**Entries supplied**
———
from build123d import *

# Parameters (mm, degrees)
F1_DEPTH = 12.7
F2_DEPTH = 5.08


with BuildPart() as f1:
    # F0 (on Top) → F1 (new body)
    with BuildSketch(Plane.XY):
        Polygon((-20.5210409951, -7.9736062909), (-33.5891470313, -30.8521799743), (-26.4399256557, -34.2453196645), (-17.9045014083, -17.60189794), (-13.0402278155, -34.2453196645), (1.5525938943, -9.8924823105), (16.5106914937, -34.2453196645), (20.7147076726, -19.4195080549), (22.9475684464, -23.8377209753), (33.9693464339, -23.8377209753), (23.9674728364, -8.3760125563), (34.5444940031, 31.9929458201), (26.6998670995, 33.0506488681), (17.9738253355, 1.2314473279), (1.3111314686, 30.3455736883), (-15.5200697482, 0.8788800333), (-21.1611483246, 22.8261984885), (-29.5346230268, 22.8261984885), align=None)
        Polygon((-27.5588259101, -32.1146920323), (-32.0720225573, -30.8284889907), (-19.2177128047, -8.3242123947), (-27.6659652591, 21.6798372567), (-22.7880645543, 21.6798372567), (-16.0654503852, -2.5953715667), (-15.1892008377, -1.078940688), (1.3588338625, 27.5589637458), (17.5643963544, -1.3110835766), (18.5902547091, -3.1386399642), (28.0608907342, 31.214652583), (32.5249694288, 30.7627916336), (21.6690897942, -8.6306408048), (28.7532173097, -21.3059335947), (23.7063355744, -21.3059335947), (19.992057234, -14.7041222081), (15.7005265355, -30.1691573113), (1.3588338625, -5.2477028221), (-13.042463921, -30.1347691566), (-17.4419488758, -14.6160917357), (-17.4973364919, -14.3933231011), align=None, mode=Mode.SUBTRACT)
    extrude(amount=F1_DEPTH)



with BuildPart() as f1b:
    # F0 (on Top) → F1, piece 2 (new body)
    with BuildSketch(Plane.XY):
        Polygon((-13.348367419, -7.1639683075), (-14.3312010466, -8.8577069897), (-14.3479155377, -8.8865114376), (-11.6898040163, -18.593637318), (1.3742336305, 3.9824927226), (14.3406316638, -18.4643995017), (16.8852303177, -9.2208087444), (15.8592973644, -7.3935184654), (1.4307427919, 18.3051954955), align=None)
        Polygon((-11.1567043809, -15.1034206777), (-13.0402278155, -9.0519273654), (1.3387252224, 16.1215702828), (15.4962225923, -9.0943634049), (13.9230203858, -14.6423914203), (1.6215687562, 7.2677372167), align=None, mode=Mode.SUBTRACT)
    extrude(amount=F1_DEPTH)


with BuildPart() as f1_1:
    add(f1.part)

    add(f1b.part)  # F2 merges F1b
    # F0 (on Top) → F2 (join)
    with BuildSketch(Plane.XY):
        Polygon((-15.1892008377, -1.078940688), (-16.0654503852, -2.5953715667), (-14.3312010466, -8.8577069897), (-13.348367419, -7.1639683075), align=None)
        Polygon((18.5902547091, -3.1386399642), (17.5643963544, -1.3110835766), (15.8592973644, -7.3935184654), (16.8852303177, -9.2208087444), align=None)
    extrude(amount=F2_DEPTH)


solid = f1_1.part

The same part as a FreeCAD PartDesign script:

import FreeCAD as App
import Part
import Sketcher
from FreeCAD import Vector
Q = App.Units.Quantity


def add_polygon(sketch, points):
    """Adds a closed chain of lines whose ends are joined by coincident constraints."""
    first, n = sketch.GeometryCount, len(points)
    for a, b in zip(points, points[1:] + points[:1]):
        sketch.addGeometry(Part.LineSegment(App.Vector(*a, 0), App.Vector(*b, 0)), False)
    for i in range(n):
        sketch.addConstraint(Sketcher.Constraint("Coincident", first + i, 2, first + (i + 1) % n, 1))

doc = App.newDocument("Part")
body = doc.addObject("PartDesign::Body", "Body")

sketch1 = doc.addObject("Sketcher::SketchObject", "Sketch")
body.addObject(sketch1)
sketch1.AttachmentSupport = (doc.XY_Plane, [""])
sketch1.MapMode = "FlatFace"
add_polygon(sketch1, [(-20.521041, -7.973606), (-33.589147, -30.85218), (-26.439926, -34.24532), (-17.904501, -17.601898), (-13.040228, -34.24532), (1.552594, -9.892482), (16.510691, -34.24532), (20.714708, -19.419508), (22.947568, -23.837721), (33.969346, -23.837721), (23.967473, -8.376013), (34.544494, 31.992946), (26.699867, 33.050649), (17.973825, 1.231447), (1.311131, 30.345574), (-15.52007, 0.87888), (-21.161148, 22.826198), (-29.534623, 22.826198)])
add_polygon(sketch1, [(-17.497336, -14.393323), (-27.558826, -32.114692), (-32.072023, -30.828489), (-19.217713, -8.324212), (-27.665965, 21.679837), (-22.788065, 21.679837), (-16.06545, -2.595372), (-15.189201, -1.078941), (1.358834, 27.558964), (17.564396, -1.311084), (18.590255, -3.13864), (28.060891, 31.214653), (32.524969, 30.762792), (21.66909, -8.630641), (28.753217, -21.305934), (23.706336, -21.305934), (19.992057, -14.704122), (15.700527, -30.169157), (1.358834, -5.247703), (-13.042464, -30.134769), (-17.441949, -14.616092)])
sketch1.addConstraint(Sketcher.Constraint("Horizontal", 8))
sketch1.addConstraint(Sketcher.Constraint("Horizontal", 16))
sketch1.addConstraint(Sketcher.Constraint("Horizontal", 22))
sketch1.addConstraint(Sketcher.Constraint("Horizontal", 32))
sketch1.addConstraint(Sketcher.Constraint("DistanceX", 24, 2, -1, 1, Q("0.598 in")))
sketch1.addConstraint(Sketcher.Constraint("DistanceX", 22, 1, 22, 2, Q("4.877901 mm")))
sketch1.addConstraint(Sketcher.Constraint("DistanceX", 13, 2, 10, 2, Q("1.3084001 in")))
sketch1.addConstraint(Sketcher.Constraint("Distance", 26, Q("33.107399 mm")))
sketch1.addConstraint(Sketcher.Constraint("DistanceX", 32, 2, 32, 1, Q("5.046882 mm")))
sketch1.addConstraint(Sketcher.Constraint("DistanceX", 2, 2, -1, 1, Q("17.904501 mm")))
sketch1.addConstraint(Sketcher.Constraint("DistanceY", -1, 1, 15, 2, Q("22.826198 mm")))
sketch1.addConstraint(Sketcher.Constraint("DistanceY", 5, 2, 7, 2, Q("10.407599 mm")))
sketch1.addConstraint(Sketcher.Constraint("DistanceY", 3, 2, 7, 2, Q("10.407599 mm")))
sketch1.addConstraint(Sketcher.Constraint("DistanceX", 4, 2, 10, 2, Q("32.9919 mm")))
sketch1.addConstraint(Sketcher.Constraint("DistanceX", 7, 2, 11, 2, Q("3.752299 mm")))
sketch1.addConstraint(Sketcher.Constraint("DistanceX", 14, 2, 13, 2, Q("16.831201 mm")))
sketch1.addConstraint(Sketcher.Constraint("DistanceY", 3, 2, 14, 2, Q("35.1242 mm")))
sketch1.addConstraint(Sketcher.Constraint("DistanceX", 18, 2, 1, 2, Q("1.1189 mm")))
sketch1.addConstraint(Sketcher.Constraint("DistanceX", 18, 2, 3, 2, Q("14.518598 mm")))
sketch1.addConstraint(Sketcher.Constraint("DistanceX", 22, 2, 25, 2, Q("24.146898 mm")))
sketch1.addConstraint(Sketcher.Constraint("DistanceY", 4, 2, 26, 2, Q("8.581399 mm")))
———
**Problem to work on**
The lines above, starting at the one with "F2 merges F1b" and ending at the one with "The same part", are the only ones to return, exactly as written.

**Solution**
    add(f1b.part)  # F2 merges F1b
    # F0 (on Top) → F2 (join)
    with BuildSketch(Plane.XY):
        Polygon((-15.1892008377, -1.078940688), (-16.0654503852, -2.5953715667), (-14.3312010466, -8.8577069897), (-13.348367419, -7.1639683075), align=None)
        Polygon((18.5902547091, -3.1386399642), (17.5643963544, -1.3110835766), (15.8592973644, -7.3935184654), (16.8852303177, -9.2208087444), align=None)
    extrude(amount=F2_DEPTH)


solid = f1_1.part

The same part as a FreeCAD PartDesign script:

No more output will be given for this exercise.